Polyamory: The everyday realities of being in love with two people at once
I was 35 when I met my wife. Madelina was dazzling and charming and utterly refreshing, not to mention 11 years my junior – a cute and sexy pastime, I imagined.
Except that when I met her, I had a girlfriend. Ruth and I had been together only two months or so. She initially asked me if I was interested in a polyamorous relationship, as she had previously been in a triad, but I politely declined – I was monogamous, always had been.
However, I soon realised I wanted to play the field a bit, something I’d never done before. So when I met Madelina, and then met sexy, single Rebekah in the same week, I was suddenly struck with a conundrum. When I tried to end it with Ruth, she insisted I try polyamory first – why not have all three of us, if everyone was open to that?
To my amazement, they all were. And so began my life as a polyamorist. I quickly fell in love with being in love with so many people at the same time – it was incredible, and the more I loved, the more love I had to give. I never got confused, never called someone the wrong name and never felt compromised in my feelings for any of my lovers – the usual questions thrown at me. My son was 10 at the time, and knew nothing of my journeys or my lovers – he would only ever meet a lover if we were in a serious committed relationship; so far this had happened only once before.

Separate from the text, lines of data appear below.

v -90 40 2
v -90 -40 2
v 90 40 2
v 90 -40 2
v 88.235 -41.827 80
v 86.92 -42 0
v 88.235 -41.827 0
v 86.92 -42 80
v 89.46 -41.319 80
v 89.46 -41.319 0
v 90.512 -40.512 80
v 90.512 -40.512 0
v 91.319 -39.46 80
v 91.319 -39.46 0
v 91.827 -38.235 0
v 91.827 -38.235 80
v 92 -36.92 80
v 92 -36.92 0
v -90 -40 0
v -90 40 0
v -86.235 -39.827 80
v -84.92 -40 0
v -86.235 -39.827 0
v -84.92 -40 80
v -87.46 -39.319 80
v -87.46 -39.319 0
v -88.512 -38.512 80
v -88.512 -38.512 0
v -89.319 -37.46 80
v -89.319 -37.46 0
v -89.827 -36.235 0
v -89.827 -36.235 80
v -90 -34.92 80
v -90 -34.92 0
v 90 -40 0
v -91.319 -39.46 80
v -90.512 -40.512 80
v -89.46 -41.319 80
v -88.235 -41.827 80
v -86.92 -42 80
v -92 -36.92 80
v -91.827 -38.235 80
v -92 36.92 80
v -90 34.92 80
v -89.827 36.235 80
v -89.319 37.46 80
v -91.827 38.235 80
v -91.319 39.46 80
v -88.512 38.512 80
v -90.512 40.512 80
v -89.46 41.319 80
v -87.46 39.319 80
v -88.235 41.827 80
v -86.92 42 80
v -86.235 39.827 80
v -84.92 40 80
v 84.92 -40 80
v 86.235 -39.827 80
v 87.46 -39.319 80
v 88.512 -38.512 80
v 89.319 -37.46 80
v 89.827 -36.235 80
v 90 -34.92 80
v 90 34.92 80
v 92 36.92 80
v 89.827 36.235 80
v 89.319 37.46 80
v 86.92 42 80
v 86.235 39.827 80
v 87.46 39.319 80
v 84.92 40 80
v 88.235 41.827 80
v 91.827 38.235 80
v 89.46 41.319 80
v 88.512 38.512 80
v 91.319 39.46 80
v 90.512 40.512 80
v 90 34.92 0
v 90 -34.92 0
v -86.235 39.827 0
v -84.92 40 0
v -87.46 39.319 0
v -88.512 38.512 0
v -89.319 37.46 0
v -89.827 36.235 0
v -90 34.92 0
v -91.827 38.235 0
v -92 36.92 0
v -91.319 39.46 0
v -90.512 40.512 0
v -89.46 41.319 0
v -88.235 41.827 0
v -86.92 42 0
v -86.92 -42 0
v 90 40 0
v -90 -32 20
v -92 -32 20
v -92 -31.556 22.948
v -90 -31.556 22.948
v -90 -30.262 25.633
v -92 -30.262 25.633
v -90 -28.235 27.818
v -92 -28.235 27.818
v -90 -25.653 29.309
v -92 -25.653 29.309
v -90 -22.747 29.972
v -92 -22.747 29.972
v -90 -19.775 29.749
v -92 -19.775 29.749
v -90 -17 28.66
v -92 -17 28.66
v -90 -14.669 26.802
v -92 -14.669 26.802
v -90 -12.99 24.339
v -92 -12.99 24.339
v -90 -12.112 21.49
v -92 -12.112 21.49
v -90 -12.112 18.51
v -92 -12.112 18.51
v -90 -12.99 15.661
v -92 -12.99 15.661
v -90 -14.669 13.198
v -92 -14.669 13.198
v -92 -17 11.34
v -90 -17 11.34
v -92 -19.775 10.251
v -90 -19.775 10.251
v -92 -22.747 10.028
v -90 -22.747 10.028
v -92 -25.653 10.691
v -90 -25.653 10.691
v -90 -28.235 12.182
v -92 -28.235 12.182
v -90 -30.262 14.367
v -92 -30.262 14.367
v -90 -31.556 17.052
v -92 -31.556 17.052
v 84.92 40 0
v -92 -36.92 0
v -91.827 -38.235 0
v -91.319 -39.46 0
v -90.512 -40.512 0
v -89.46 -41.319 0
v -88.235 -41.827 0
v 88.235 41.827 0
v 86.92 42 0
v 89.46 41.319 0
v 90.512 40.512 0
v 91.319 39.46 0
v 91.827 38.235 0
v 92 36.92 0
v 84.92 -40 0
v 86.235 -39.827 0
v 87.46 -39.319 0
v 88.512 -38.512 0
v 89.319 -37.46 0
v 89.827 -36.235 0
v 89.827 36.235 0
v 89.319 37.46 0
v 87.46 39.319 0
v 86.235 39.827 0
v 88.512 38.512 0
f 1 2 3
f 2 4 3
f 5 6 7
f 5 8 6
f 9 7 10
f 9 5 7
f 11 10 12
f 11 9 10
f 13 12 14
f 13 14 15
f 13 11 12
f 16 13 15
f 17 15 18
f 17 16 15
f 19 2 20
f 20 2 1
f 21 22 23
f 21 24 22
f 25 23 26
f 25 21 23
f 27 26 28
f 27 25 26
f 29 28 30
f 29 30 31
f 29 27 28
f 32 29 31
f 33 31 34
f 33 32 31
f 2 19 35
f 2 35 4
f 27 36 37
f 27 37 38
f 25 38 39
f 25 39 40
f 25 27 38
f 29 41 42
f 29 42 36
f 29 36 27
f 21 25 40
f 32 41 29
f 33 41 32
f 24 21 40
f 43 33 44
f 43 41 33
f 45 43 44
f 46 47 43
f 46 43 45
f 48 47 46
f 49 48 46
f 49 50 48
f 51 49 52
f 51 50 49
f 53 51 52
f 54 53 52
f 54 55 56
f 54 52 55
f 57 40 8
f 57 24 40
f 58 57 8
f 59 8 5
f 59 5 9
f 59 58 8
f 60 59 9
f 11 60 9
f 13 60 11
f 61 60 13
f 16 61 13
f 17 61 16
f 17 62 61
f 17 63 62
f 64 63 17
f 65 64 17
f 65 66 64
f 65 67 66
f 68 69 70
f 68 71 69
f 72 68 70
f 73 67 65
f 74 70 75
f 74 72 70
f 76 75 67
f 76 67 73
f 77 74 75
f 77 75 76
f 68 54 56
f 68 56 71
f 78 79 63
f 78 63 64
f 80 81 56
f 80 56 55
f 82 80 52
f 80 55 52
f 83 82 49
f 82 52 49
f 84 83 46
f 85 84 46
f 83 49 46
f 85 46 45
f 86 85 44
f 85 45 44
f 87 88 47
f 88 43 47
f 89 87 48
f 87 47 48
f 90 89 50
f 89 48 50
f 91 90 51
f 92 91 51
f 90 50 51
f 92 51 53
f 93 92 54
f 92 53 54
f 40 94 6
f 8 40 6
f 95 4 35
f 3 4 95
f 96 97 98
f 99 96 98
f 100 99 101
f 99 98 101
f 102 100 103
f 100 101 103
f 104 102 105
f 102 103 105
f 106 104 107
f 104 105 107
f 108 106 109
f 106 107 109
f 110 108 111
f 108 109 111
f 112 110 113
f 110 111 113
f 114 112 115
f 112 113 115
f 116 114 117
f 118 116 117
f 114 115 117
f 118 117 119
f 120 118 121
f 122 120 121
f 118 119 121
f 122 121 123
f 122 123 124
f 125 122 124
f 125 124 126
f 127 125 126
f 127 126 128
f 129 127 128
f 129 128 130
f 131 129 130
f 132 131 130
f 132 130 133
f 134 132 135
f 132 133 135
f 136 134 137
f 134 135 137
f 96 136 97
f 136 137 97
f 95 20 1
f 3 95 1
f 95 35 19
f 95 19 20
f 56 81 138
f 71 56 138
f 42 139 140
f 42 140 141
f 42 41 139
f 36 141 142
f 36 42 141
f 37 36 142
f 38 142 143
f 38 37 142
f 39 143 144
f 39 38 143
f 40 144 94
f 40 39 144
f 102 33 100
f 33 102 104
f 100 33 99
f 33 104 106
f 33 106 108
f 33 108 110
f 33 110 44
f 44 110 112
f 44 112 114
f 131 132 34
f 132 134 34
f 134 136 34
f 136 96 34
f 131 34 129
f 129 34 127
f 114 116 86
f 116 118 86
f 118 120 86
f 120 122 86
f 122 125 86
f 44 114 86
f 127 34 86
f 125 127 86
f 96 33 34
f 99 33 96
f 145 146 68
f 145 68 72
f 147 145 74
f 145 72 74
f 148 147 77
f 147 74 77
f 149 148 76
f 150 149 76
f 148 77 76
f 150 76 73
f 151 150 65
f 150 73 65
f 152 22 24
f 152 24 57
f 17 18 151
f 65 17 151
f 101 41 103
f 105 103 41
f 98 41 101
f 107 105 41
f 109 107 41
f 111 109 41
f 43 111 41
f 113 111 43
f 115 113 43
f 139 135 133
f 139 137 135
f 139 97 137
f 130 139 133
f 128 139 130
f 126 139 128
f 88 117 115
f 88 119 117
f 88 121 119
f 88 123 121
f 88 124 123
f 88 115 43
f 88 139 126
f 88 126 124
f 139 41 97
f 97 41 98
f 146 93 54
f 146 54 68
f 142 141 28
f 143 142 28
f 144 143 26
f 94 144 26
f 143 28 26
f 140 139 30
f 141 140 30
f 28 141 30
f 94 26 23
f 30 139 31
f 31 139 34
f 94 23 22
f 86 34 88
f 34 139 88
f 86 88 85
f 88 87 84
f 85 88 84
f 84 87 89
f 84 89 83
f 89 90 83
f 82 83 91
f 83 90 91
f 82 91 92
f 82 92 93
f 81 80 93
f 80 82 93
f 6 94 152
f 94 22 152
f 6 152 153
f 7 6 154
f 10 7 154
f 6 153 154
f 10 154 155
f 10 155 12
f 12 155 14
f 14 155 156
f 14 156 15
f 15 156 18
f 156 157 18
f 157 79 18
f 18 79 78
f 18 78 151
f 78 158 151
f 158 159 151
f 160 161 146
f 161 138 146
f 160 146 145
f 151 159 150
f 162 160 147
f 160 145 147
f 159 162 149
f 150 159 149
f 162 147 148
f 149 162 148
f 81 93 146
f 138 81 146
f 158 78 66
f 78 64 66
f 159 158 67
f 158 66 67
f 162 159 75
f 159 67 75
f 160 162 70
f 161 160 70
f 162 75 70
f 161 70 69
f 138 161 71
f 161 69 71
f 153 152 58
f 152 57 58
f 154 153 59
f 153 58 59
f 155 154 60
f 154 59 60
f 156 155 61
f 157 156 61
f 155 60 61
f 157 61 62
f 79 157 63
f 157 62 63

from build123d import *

# Parameters (mm, degrees)
F0_W     = 184
F0_H     = 84
F0_W_2   = 180
F0_H_2   = 80
F1_DEPTH = 80
F2_W     = 80
F2_H     = 2
F3_DEPTH = 90
F4_R     = 10
F5_DEPTH = 2
F6_R     = 5.08


with BuildPart() as f1:
    # F0 (on Top) → F1 (new body)
    with BuildSketch(Plane.XY):
        Rectangle(F0_W, F0_H)
        Rectangle(F0_W_2, F0_H_2, mode=Mode.SUBTRACT)
    extrude(amount=F1_DEPTH)

    # F4 (on face) → F5 (cut)
    with BuildSketch(Plane(origin=(-92, 0, 0), x_dir=(0, -1, 0), z_dir=(-1, 0, 0))):
        with Locations((22, 20)):
            Circle(F4_R)
    extrude(amount=-F5_DEPTH, mode=Mode.SUBTRACT)

    # F6
    f6_edges = [f1.edges().sort_by_distance(p)[0] for p in [
        (-92, -42, 40),
        (-90, -40, 40),
        (-92, 42, 40),
        (-90, 40, 40),
        (90, 40, 40),
        (92, 42, 40),
        (92, -42, 40),
        (90, -40, 40),
    ]]
    fillet(f6_edges, radius=F6_R)


with BuildPart() as f3:
    # F2 (on Right) → F3 (new body, symmetric)
    with BuildSketch(Plane.YZ):
        with Locations((0, 1)):
            Rectangle(F2_W, F2_H)
    extrude(amount=F3_DEPTH, both=True)


solid = Compound([f1.part, f3.part])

As time went on, the lovers I amassed would come and go, organically, until finally I was left with just one – the one I soon discovered was my forever. I married her two years later in a big ceremony with hundreds of family and friends around us, the happiest day of my life. People often assumed this meant our open relationship had closed – but this had barely even rated on our list of considerations.
When I did finally raise it as something we should talk about, we both agreed we were very happy with our relationship and its basic premise – to live and let live, to deal with our shit when it came up, and to avoid restricting each other from living out our respective callings, whatever that may be.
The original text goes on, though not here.